Mulligan sighed and waved it away. “Before your time, kid. Never mind.” To Andrews: “What else, sir?”
“Brief complete. I’ve got left seat. Mulligan, you’re co,” Andrews said as he pushed past the hulking sergeant major and headed for the cockpit. “Let’s roll, boys and girls.”
***
The SCEV drove through the gray day for almost two hours, climbing higher and higher into the hills surrounding the decayed city of Bend, Oregon. Its big tires rolled without a care across weathered, cracked pavement and loose soil alike. Twice they had to backtrack to avoid obstacles—in one case, it was a fallen building, in the other a gigantic deadfall of rotting trees—but aside from those incidents the vehicle made good time. As they traveled, Leona reviewed the drone footage captured during its overflight of the town of Sisters. She determined the town would likely be safe enough to travel through, which meant they could stick to the more-or-less flat roadways and spare the crew a lot of bouncing around. That was a bit of a boon, since even the unmaintained roads were absolutely superior to picking their way through unfamiliar rising terrain.

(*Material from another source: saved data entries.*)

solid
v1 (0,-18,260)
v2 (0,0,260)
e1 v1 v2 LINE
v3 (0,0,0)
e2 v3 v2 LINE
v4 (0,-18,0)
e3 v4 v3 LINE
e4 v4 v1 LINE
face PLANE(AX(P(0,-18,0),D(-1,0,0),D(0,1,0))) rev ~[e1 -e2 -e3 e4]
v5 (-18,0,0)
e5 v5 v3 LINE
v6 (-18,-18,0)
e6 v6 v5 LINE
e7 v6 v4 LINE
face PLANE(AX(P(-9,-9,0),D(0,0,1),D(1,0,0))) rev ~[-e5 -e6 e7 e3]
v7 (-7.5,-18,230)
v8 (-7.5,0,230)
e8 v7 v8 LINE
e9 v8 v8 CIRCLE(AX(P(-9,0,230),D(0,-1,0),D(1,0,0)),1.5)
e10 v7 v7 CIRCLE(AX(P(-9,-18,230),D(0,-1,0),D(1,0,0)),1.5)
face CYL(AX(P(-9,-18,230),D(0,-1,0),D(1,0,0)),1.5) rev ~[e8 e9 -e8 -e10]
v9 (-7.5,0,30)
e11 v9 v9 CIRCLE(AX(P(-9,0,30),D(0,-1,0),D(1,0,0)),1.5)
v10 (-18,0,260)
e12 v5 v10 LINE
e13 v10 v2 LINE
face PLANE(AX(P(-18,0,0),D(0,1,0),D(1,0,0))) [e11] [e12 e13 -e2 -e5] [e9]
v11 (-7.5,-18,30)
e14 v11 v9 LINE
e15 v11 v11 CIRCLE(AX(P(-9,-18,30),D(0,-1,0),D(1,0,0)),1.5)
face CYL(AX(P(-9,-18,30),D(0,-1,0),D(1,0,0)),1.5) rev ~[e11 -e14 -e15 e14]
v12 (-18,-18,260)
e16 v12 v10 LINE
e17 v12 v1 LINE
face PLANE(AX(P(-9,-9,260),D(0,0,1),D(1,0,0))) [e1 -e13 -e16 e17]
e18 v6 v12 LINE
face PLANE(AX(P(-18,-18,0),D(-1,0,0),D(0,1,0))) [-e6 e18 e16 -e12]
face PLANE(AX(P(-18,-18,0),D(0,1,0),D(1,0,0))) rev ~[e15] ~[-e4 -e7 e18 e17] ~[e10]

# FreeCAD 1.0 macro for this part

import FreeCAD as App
import Part
import Sketcher

V = App.Vector

doc = App.newDocument("Part")
body = doc.addObject("PartDesign::Body", "Body")

sketch1 = body.newObject("Sketcher::SketchObject", "Sketch")
sketch1.AttachmentSupport = (doc.getObject("XY_Plane"), [""])
sketch1.MapMode = "FlatFace"
sketch1.addGeometry([
    Part.LineSegment(V(-18, 0, 0), V(-18, -18, 0)),
    Part.LineSegment(V(-18, -18, 0), V(0, -18, 0)),
    Part.LineSegment(V(0, -18, 0), V(0, 0, 0)),
    Part.LineSegment(V(0, 0, 0), V(-18, 0, 0)),
], False)
sketch1.addConstraint([
    Sketcher.Constraint("Coincident", 0, 2, 1, 1),
    Sketcher.Constraint("Coincident", 1, 2, 2, 1),
    Sketcher.Constraint("Coincident", 2, 2, 3, 1),
    Sketcher.Constraint("Coincident", 3, 2, 0, 1),
    Sketcher.Constraint("Vertical", 0),
    Sketcher.Constraint("Horizontal", 1),
    Sketcher.Constraint("Vertical", 2),
    Sketcher.Constraint("Horizontal", 3),
    Sketcher.Constraint("Coincident", 2, 2, -1, 1),
    Sketcher.Constraint("Equal", 3, 0),
    Sketcher.Constraint("DistanceX", 1, 1, 1, 2, 18.0),
])
pad1 = body.newObject("PartDesign::Pad", "Pad")
pad1.Profile = sketch1
pad1.Length = 260

sketch2 = body.newObject("Sketcher::SketchObject", "Sketch001")
sketch2.AttachmentSupport = (doc.getObject("XZ_Plane"), [""])
sketch2.MapMode = "FlatFace"
sketch2.AttachmentOffset = App.Placement(V(0, 0, 18), App.Rotation())
sketch2.addGeometry([
    Part.Circle(V(-9, 230, 0), V(0, 0, 1), 1.5),
    Part.Circle(V(-9, 30, 0), V(0, 0, 1), 1.5),
], False)
sketch2.addConstraint([
    Sketcher.Constraint("Equal", 0, 1),
    Sketcher.Constraint("Vertical", 0, 3, 1, 3),
    Sketcher.Constraint("Diameter", 0, 3.0),
    Sketcher.Constraint("DistanceX", 0, 3, -1, 1, 9.0),
    Sketcher.Constraint("DistanceY", -1, 1, 0, 3, 230.0),
    Sketcher.Constraint("DistanceY", -1, 1, 1, 3, 30.0),
])
pocket1 = body.newObject("PartDesign::Pocket", "Pocket")
pocket1.Profile = sketch2
pocket1.Type = "ThroughAll"

doc.recompute()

Not to mention a whole lot faster, Andrews thought.
The trip through Sisters was uneventful, if not a touch eerie. Andrews maneuvered the rig carefully, choosing to hand-drive the vehicle instead of allowing the autopilot to see it through the course. He divided his attention between looking out the viewports and glancing at the radar returns on the MFD before him as he used the millimeter wave radar system as a backup nav aid while threading the hulking SCEV through the detritus that filled the town’s main street. From the corner of his eye, though, he observed Mulligan in quick snatches. The big man was quiet as he sat in the copilot’s seat, ostensibly doing his job. Andrews wondered if it was an act. The town of Sisters was quite similar in many respects to Scott City, that dusty Kansas town where Mulligan’s family had met their end.